Lawmakers strike agreement on last-minute tax package
The deal would extend numerous tax breaks.
By BRIAN FALER
Lawmakers early Tuesday unveiled a last-minute tax plan that would revive a hodgepodge of benefits known as extenders, kill a controversial church parking levy and offer tax breaks to disaster victims.
They aim to piggyback the relatively narrow agreement on must-pass legislation needed to fund federal agencies beyond this week.
House Democrats plan to take up the proposal on Tuesday. The tax plan was unveiled early in the morning as the House’s Rules committee considered the ground rules for debating the budget measure.
The legislation would extend certain tax breaks, including many that died back in 2017, through 2020. Credits for biodiesel and short-line railroads would run through 2022, under the plan. It would also rescind a controversial tax created as part of the Tax Cuts and Jobs Act that imposed a new tax on fringe benefits that churches and other nonprofits provide their employees.
The legislation would also extend temporary cuts in alcohol taxes made as part of the TCJA, as well as continue a new break that law created for companies that offer their workers paid family leave. And it would also offer people hit by natural disasters various tax breaks, such as making it easier for them to tap funds in retirement accounts.
Those changes would come in addition to plans announced on Monday to repeal a trio of taxes undergirding the Affordable Care Act; raise the age at which people must take mandatory distributions from individual retirement accounts to 72 from 70.5; and address a glitch in the 2017 tax overhaul that resulted in higher taxes on some survivors of military veterans.
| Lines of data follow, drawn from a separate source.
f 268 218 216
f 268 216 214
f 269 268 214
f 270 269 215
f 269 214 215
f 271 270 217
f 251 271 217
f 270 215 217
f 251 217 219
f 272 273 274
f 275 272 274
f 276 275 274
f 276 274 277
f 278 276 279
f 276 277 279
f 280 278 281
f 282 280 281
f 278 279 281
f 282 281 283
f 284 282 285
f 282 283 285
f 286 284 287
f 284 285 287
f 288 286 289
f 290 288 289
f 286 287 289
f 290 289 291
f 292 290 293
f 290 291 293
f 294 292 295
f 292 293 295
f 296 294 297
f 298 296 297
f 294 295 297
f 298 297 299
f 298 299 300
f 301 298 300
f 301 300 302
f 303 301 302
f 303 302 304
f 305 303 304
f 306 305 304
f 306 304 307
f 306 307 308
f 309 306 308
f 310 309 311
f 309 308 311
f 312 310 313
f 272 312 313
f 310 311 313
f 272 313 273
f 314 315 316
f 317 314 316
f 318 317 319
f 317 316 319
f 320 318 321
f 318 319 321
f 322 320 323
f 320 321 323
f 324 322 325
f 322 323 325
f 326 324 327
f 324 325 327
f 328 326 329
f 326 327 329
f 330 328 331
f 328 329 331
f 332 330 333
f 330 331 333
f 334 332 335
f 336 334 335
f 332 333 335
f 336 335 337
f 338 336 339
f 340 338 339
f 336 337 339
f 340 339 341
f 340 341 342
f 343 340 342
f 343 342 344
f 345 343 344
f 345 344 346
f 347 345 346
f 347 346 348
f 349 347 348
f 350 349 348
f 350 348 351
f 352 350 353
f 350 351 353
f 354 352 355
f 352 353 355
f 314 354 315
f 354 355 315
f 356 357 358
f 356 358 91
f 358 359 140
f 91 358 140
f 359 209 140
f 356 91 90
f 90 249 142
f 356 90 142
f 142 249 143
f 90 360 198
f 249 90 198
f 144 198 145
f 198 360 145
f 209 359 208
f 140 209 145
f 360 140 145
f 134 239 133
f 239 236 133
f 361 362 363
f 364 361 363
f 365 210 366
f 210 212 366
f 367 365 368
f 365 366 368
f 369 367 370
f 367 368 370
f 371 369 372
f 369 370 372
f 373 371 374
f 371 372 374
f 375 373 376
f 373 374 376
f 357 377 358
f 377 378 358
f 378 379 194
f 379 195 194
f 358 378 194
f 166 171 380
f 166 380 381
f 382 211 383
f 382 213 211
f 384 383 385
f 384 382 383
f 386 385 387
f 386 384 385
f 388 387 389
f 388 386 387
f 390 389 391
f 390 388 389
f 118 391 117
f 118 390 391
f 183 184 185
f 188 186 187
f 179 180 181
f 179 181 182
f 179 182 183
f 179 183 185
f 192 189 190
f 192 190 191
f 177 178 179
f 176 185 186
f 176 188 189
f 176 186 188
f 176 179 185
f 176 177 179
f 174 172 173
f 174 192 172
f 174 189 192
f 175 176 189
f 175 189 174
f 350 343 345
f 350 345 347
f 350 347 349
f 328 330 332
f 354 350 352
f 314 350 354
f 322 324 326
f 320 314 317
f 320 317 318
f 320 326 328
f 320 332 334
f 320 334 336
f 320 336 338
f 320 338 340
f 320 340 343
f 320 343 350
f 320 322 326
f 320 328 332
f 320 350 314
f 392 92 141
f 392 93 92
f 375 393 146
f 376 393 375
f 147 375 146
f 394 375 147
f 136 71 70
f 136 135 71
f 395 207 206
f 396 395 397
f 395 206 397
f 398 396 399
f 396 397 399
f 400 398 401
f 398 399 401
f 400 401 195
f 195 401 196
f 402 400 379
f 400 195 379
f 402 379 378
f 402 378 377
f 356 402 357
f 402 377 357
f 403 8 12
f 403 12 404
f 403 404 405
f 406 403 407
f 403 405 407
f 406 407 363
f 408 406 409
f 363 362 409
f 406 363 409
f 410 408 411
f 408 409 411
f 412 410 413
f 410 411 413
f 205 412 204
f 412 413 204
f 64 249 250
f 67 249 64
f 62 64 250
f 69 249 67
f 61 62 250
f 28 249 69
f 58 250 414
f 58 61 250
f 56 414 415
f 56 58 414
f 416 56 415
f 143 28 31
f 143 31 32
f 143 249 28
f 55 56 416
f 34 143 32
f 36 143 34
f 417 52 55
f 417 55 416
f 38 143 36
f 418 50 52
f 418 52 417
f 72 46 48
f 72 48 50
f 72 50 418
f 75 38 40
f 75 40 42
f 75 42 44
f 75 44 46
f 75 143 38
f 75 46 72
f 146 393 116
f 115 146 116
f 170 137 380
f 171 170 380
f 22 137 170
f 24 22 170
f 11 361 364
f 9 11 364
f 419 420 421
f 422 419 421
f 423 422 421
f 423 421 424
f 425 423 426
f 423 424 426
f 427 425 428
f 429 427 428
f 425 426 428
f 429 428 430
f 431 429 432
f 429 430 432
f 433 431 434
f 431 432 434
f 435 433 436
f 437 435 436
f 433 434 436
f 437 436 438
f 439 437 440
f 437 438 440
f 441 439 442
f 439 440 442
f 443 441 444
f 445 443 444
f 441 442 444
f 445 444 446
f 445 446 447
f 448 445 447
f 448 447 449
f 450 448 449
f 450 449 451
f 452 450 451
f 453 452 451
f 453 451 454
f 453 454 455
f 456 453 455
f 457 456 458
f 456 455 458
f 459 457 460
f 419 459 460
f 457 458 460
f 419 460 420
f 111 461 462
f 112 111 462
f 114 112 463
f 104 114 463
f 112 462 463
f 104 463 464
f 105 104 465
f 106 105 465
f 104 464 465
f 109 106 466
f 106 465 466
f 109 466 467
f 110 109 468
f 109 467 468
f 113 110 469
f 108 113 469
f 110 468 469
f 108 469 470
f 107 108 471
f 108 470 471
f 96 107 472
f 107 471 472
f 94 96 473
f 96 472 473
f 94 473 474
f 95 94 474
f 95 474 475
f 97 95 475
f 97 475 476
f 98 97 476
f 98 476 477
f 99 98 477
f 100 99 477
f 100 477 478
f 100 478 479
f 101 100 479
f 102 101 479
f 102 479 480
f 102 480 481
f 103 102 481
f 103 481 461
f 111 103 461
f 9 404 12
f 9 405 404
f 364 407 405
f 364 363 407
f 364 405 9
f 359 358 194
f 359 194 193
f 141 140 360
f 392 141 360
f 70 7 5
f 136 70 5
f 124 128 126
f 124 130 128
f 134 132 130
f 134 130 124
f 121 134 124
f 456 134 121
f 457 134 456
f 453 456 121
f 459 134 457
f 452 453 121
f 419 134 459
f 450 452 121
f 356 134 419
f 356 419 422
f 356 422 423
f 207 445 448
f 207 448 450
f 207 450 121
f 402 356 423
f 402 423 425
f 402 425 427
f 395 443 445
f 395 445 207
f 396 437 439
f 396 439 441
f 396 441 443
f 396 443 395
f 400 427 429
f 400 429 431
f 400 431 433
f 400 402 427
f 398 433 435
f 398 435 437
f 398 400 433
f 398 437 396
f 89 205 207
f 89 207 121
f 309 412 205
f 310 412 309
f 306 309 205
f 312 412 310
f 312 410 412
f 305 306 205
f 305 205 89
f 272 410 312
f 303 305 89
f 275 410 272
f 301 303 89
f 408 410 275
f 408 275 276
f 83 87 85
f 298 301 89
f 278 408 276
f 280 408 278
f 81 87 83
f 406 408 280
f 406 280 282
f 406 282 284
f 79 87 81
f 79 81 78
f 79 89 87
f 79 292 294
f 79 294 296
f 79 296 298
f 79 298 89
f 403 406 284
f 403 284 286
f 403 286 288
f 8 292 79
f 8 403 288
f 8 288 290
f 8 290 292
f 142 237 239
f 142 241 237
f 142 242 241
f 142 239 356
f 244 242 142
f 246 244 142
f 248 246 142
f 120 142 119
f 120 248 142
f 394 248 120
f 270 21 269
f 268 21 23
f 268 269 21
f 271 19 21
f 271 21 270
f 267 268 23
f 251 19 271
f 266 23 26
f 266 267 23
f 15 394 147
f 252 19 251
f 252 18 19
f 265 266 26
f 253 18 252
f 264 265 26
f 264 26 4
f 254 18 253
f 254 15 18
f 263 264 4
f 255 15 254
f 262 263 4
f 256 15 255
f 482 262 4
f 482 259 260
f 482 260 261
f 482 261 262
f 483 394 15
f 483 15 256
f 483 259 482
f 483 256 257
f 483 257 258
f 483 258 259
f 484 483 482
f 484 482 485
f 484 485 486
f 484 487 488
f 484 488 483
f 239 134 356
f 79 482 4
The plan comes after days of closed-door negotiations between the White House, Senate Republicans and House Democrats in which the three sides often struggled to find agreement. They had considered and ultimately rejected much more sweeping proposals to expand breaks for low-income people and clean up more snafus in the TCJA.
The plan would cap what has been an unusually slow year for taxes on Capitol Hill. Just one tax bill so far this year has been signed into law — in July, President Trump inked an uncontroversial measure making various changes in IRS procedures.